Abstract
In epithelial ovarian cancer (EOC), carboplatin/cisplatin-induced chemoresistance is a ma-jor hurdle to successful treatment. Aerobic glycolysis is a common characteristic of cancer. However, the role of glycolytic metabolism in chemoresistance and its impact on clinical outcomes in EOC are not clear. Here, we show a functional interaction between the key glycolytic enzyme hexokinase II (HKII) and activated P-p53 (Ser15) in the regulation of bioenergetics and chemosensitivity. Using translational approaches with proximity ligation assessment in cancer cells and human EOC tumor sections, we showed that nuclear HKII–P-p53 (Ser15) interaction is increased after chemotherapy, and functions as a determinant of chemoresponsiveness as a prognostic biomarker. We also demon-strated that p53 is required for the intracellular nuclear HKII trafficking in the control of glycolysis in EOC, associated with chemosensitivity. Mechanistically, cisplatin-induced P-p53 (Ser15) recruits HKII and apoptosis-inducing factor (AIF) in chemosensitive EOC cells, enabling their translocation from the mitochondria to the nucleus, eliciting AIF-induced apoptosis.
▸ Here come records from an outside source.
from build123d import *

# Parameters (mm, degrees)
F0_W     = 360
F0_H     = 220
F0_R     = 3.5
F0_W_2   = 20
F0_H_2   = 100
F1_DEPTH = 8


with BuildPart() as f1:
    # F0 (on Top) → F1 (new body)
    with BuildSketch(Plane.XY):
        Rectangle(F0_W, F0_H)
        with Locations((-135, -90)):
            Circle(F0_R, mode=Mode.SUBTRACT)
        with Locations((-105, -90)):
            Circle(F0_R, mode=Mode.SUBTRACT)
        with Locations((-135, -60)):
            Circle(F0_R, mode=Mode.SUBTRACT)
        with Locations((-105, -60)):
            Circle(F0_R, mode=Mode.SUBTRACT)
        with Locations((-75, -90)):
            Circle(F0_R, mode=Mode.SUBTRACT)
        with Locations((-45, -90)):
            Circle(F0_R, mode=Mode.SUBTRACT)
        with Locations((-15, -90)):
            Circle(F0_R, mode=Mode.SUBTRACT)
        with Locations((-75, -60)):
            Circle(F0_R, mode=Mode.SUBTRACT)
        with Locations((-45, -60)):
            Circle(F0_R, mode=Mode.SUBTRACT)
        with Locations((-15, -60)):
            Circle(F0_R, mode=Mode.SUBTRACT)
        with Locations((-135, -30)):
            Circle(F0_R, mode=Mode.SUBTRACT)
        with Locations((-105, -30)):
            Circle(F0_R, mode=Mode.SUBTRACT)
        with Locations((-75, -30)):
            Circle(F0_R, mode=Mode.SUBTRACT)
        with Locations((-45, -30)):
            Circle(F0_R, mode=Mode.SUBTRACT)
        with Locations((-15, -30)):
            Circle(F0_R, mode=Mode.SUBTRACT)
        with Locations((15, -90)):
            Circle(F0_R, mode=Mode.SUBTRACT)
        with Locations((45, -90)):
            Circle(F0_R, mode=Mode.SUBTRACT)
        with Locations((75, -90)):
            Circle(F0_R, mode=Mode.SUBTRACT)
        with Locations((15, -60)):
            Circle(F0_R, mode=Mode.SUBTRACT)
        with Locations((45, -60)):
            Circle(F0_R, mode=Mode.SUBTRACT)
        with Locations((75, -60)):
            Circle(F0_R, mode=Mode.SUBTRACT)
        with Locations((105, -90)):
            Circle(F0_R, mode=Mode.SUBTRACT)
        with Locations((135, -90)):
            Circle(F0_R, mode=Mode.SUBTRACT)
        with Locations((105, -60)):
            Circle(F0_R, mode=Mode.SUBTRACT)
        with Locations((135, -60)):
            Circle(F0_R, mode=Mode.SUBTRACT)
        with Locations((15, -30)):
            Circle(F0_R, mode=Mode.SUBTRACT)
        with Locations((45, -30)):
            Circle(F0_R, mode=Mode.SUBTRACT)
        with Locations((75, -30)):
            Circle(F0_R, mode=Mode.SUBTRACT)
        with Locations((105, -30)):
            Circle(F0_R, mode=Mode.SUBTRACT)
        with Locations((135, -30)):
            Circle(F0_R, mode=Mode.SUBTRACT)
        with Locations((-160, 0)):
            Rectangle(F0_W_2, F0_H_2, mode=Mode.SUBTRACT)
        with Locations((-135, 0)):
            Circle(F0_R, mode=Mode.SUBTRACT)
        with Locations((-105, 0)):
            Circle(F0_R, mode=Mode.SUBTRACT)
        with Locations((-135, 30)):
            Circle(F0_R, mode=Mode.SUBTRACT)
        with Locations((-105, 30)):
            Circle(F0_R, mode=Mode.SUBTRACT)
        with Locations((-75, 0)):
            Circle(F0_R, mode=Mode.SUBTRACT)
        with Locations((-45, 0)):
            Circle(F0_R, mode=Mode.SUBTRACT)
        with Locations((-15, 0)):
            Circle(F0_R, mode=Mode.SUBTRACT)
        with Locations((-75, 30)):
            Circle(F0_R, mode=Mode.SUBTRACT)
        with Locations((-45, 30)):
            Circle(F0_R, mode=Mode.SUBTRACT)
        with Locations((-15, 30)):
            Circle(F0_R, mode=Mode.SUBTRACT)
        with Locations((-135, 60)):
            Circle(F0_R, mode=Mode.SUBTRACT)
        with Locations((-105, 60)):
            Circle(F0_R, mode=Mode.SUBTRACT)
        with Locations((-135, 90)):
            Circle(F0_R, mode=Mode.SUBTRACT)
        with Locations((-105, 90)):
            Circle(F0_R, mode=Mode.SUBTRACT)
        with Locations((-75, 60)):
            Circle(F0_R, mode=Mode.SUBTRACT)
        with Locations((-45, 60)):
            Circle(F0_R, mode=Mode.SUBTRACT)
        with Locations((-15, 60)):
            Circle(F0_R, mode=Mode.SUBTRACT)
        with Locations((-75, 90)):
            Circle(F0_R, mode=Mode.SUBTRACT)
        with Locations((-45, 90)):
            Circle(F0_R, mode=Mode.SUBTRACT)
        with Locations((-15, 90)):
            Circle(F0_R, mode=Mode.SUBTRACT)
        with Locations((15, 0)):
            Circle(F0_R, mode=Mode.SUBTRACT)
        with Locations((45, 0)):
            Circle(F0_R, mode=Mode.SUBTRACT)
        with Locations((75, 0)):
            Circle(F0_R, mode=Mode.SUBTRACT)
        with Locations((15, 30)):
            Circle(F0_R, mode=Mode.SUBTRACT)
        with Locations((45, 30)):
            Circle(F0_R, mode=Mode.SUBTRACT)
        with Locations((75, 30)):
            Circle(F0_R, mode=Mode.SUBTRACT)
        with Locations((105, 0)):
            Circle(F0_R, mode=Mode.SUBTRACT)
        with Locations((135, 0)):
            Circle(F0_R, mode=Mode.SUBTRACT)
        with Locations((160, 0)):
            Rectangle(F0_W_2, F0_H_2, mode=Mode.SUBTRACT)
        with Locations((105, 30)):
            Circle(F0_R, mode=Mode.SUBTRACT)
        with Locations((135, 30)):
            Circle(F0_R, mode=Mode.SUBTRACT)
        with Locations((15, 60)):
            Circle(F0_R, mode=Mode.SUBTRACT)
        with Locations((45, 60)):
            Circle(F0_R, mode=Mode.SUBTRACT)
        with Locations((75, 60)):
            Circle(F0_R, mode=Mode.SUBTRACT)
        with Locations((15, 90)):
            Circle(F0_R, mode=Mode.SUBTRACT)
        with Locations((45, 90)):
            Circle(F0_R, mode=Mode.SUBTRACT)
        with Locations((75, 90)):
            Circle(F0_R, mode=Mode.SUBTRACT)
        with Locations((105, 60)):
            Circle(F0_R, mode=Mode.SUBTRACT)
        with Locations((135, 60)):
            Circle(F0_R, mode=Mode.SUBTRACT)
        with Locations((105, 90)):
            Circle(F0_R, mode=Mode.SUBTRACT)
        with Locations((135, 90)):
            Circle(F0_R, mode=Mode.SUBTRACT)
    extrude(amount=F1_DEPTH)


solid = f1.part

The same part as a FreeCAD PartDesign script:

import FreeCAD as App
import Part
import Sketcher
from FreeCAD import Vector


def add_polygon(sketch, points):
    """Adds a closed chain of lines whose ends are joined by coincident constraints."""
    first, n = sketch.GeometryCount, len(points)
    for a, b in zip(points, points[1:] + points[:1]):
        sketch.addGeometry(Part.LineSegment(App.Vector(*a, 0), App.Vector(*b, 0)), False)
    for i in range(n):
        sketch.addConstraint(Sketcher.Constraint("Coincident", first + i, 2, first + (i + 1) % n, 1))

doc = App.newDocument("Part")
params = doc.addObject("Spreadsheet::Sheet", "Params")
for row, (alias, value) in enumerate([
    ("sketch1_diameter", "7 mm"),
    ("sketch1_width", "360 mm"),
    ("sketch1_width2", "20 mm"),
    ("sketch1_height", "220 mm"),
    ("sketch1_height2", "100 mm"),
    ("pad1_length", "8 mm"),
], start=1):
    params.set(f"A{row}", alias)
    params.set(f"B{row}", "=" + value)
    params.setAlias(f"B{row}", alias)

body = doc.addObject("PartDesign::Body", "Body")

sketch1 = body.newObject("Sketcher::SketchObject", "Sketch")
sketch1.AttachmentSupport = (doc.getObject("XY_Plane"), [""])
sketch1.MapMode = "FlatFace"
add_polygon(sketch1, [(-180, 110), (-180, -110), (180, -110), (180, 110)])
sketch1.addGeometry(Part.Circle(Vector(-135, -90, 0), Vector(0, 0, 1), 3.5), False)
sketch1.addGeometry(Part.Circle(Vector(-105, -90, 0), Vector(0, 0, 1), 3.5), False)
sketch1.addGeometry(Part.Circle(Vector(-135, -60, 0), Vector(0, 0, 1), 3.5), False)
sketch1.addGeometry(Part.Circle(Vector(-105, -60, 0), Vector(0, 0, 1), 3.5), False)
sketch1.addGeometry(Part.Circle(Vector(-75, -90, 0), Vector(0, 0, 1), 3.5), False)
sketch1.addGeometry(Part.Circle(Vector(-45, -90, 0), Vector(0, 0, 1), 3.5), False)
sketch1.addGeometry(Part.Circle(Vector(-15, -90, 0), Vector(0, 0, 1), 3.5), False)
sketch1.addGeometry(Part.Circle(Vector(-75, -60, 0), Vector(0, 0, 1), 3.5), False)
sketch1.addGeometry(Part.Circle(Vector(-45, -60, 0), Vector(0, 0, 1), 3.5), False)
sketch1.addGeometry(Part.Circle(Vector(-15, -60, 0), Vector(0, 0, 1), 3.5), False)
sketch1.addGeometry(Part.Circle(Vector(-135, -30, 0), Vector(0, 0, 1), 3.5), False)
sketch1.addGeometry(Part.Circle(Vector(-105, -30, 0), Vector(0, 0, 1), 3.5), False)
add_polygon(sketch1, [(-150, -50), (-170, -50), (-170, 50), (-150, 50)])
sketch1.addGeometry(Part.Circle(Vector(-135, 0, 0), Vector(0, 0, 1), 3.5), False)
sketch1.addGeometry(Part.Circle(Vector(-105, 0, 0), Vector(0, 0, 1), 3.5), False)
sketch1.addGeometry(Part.Circle(Vector(-75, -30, 0), Vector(0, 0, 1), 3.5), False)
sketch1.addGeometry(Part.Circle(Vector(-45, -30, 0), Vector(0, 0, 1), 3.5), False)
sketch1.addGeometry(Part.Circle(Vector(-15, -30, 0), Vector(0, 0, 1), 3.5), False)
sketch1.addGeometry(Part.Circle(Vector(-75, 0, 0), Vector(0, 0, 1), 3.5), False)
sketch1.addGeometry(Part.Circle(Vector(-45, 0, 0), Vector(0, 0, 1), 3.5), False)
sketch1.addGeometry(Part.Circle(Vector(-15, 0, 0), Vector(0, 0, 1), 3.5), False)
sketch1.addGeometry(Part.Circle(Vector(15, -90, 0), Vector(0, 0, 1), 3.5), False)
sketch1.addGeometry(Part.Circle(Vector(45, -90, 0), Vector(0, 0, 1), 3.5), False)
sketch1.addGeometry(Part.Circle(Vector(75, -90, 0), Vector(0, 0, 1), 3.5), False)
sketch1.addGeometry(Part.Circle(Vector(15, -60, 0), Vector(0, 0, 1), 3.5), False)
sketch1.addGeometry(Part.Circle(Vector(45, -60, 0), Vector(0, 0, 1), 3.5), False)
sketch1.addGeometry(Part.Circle(Vector(75, -60, 0), Vector(0, 0, 1), 3.5), False)
sketch1.addGeometry(Part.Circle(Vector(105, -90, 0), Vector(0, 0, 1), 3.5), False)
sketch1.addGeometry(Part.Circle(Vector(135, -90, 0), Vector(0, 0, 1), 3.5), False)
sketch1.addGeometry(Part.Circle(Vector(105, -60, 0), Vector(0, 0, 1), 3.5), False)
sketch1.addGeometry(Part.Circle(Vector(135, -60, 0), Vector(0, 0, 1), 3.5), False)
sketch1.addGeometry(Part.Circle(Vector(15, -30, 0), Vector(0, 0, 1), 3.5), False)
sketch1.addGeometry(Part.Circle(Vector(45, -30, 0), Vector(0, 0, 1), 3.5), False)
sketch1.addGeometry(Part.Circle(Vector(75, -30, 0), Vector(0, 0, 1), 3.5), False)
sketch1.addGeometry(Part.Circle(Vector(15, 0, 0), Vector(0, 0, 1), 3.5), False)
sketch1.addGeometry(Part.Circle(Vector(45, 0, 0), Vector(0, 0, 1), 3.5), False)
sketch1.addGeometry(Part.Circle(Vector(75, 0, 0), Vector(0, 0, 1), 3.5), False)
sketch1.addGeometry(Part.Circle(Vector(105, -30, 0), Vector(0, 0, 1), 3.5), False)
sketch1.addGeometry(Part.Circle(Vector(135, -30, 0), Vector(0, 0, 1), 3.5), False)
sketch1.addGeometry(Part.Circle(Vector(105, 0, 0), Vector(0, 0, 1), 3.5), False)
sketch1.addGeometry(Part.Circle(Vector(135, 0, 0), Vector(0, 0, 1), 3.5), False)
add_polygon(sketch1, [(170, -50), (150, -50), (150, 50), (170, 50)])
sketch1.addGeometry(Part.Circle(Vector(-135, 30, 0), Vector(0, 0, 1), 3.5), False)
sketch1.addGeometry(Part.Circle(Vector(-105, 30, 0), Vector(0, 0, 1), 3.5), False)
sketch1.addGeometry(Part.Circle(Vector(-75, 30, 0), Vector(0, 0, 1), 3.5), False)
sketch1.addGeometry(Part.Circle(Vector(-45, 30, 0), Vector(0, 0, 1), 3.5), False)
sketch1.addGeometry(Part.Circle(Vector(-15, 30, 0), Vector(0, 0, 1), 3.5), False)
sketch1.addGeometry(Part.Circle(Vector(-135, 60, 0), Vector(0, 0, 1), 3.5), False)
sketch1.addGeometry(Part.Circle(Vector(-105, 60, 0), Vector(0, 0, 1), 3.5), False)
sketch1.addGeometry(Part.Circle(Vector(-135, 90, 0), Vector(0, 0, 1), 3.5), False)
sketch1.addGeometry(Part.Circle(Vector(-105, 90, 0), Vector(0, 0, 1), 3.5), False)
sketch1.addGeometry(Part.Circle(Vector(-75, 60, 0), Vector(0, 0, 1), 3.5), False)
sketch1.addGeometry(Part.Circle(Vector(-45, 60, 0), Vector(0, 0, 1), 3.5), False)
sketch1.addGeometry(Part.Circle(Vector(-15, 60, 0), Vector(0, 0, 1), 3.5), False)
sketch1.addGeometry(Part.Circle(Vector(-75, 90, 0), Vector(0, 0, 1), 3.5), False)
sketch1.addGeometry(Part.Circle(Vector(-45, 90, 0), Vector(0, 0, 1), 3.5), False)
sketch1.addGeometry(Part.Circle(Vector(-15, 90, 0), Vector(0, 0, 1), 3.5), False)
sketch1.addGeometry(Part.Circle(Vector(15, 30, 0), Vector(0, 0, 1), 3.5), False)
sketch1.addGeometry(Part.Circle(Vector(45, 30, 0), Vector(0, 0, 1), 3.5), False)
sketch1.addGeometry(Part.Circle(Vector(75, 30, 0), Vector(0, 0, 1), 3.5), False)
sketch1.addGeometry(Part.Circle(Vector(105, 30, 0), Vector(0, 0, 1), 3.5), False)
sketch1.addGeometry(Part.Circle(Vector(135, 30, 0), Vector(0, 0, 1), 3.5), False)
sketch1.addGeometry(Part.Circle(Vector(15, 60, 0), Vector(0, 0, 1), 3.5), False)
sketch1.addGeometry(Part.Circle(Vector(45, 60, 0), Vector(0, 0, 1), 3.5), False)
sketch1.addGeometry(Part.Circle(Vector(75, 60, 0), Vector(0, 0, 1), 3.5), False)
sketch1.addGeometry(Part.Circle(Vector(15, 90, 0), Vector(0, 0, 1), 3.5), False)
sketch1.addGeometry(Part.Circle(Vector(45, 90, 0), Vector(0, 0, 1), 3.5), False)
sketch1.addGeometry(Part.Circle(Vector(75, 90, 0), Vector(0, 0, 1), 3.5), False)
Conversely, in p53-defective chemoresistant EOC cells, HKII and AIF are strongly bound in the mitochondria and, therefore, apoptosis is suppressed. Collectively, our findings implicate nuclear HKII–P-p53(Ser15) interaction in chemosensitivity and could provide an effective clinical strategy as a promising biomarker during platinum-based therapy.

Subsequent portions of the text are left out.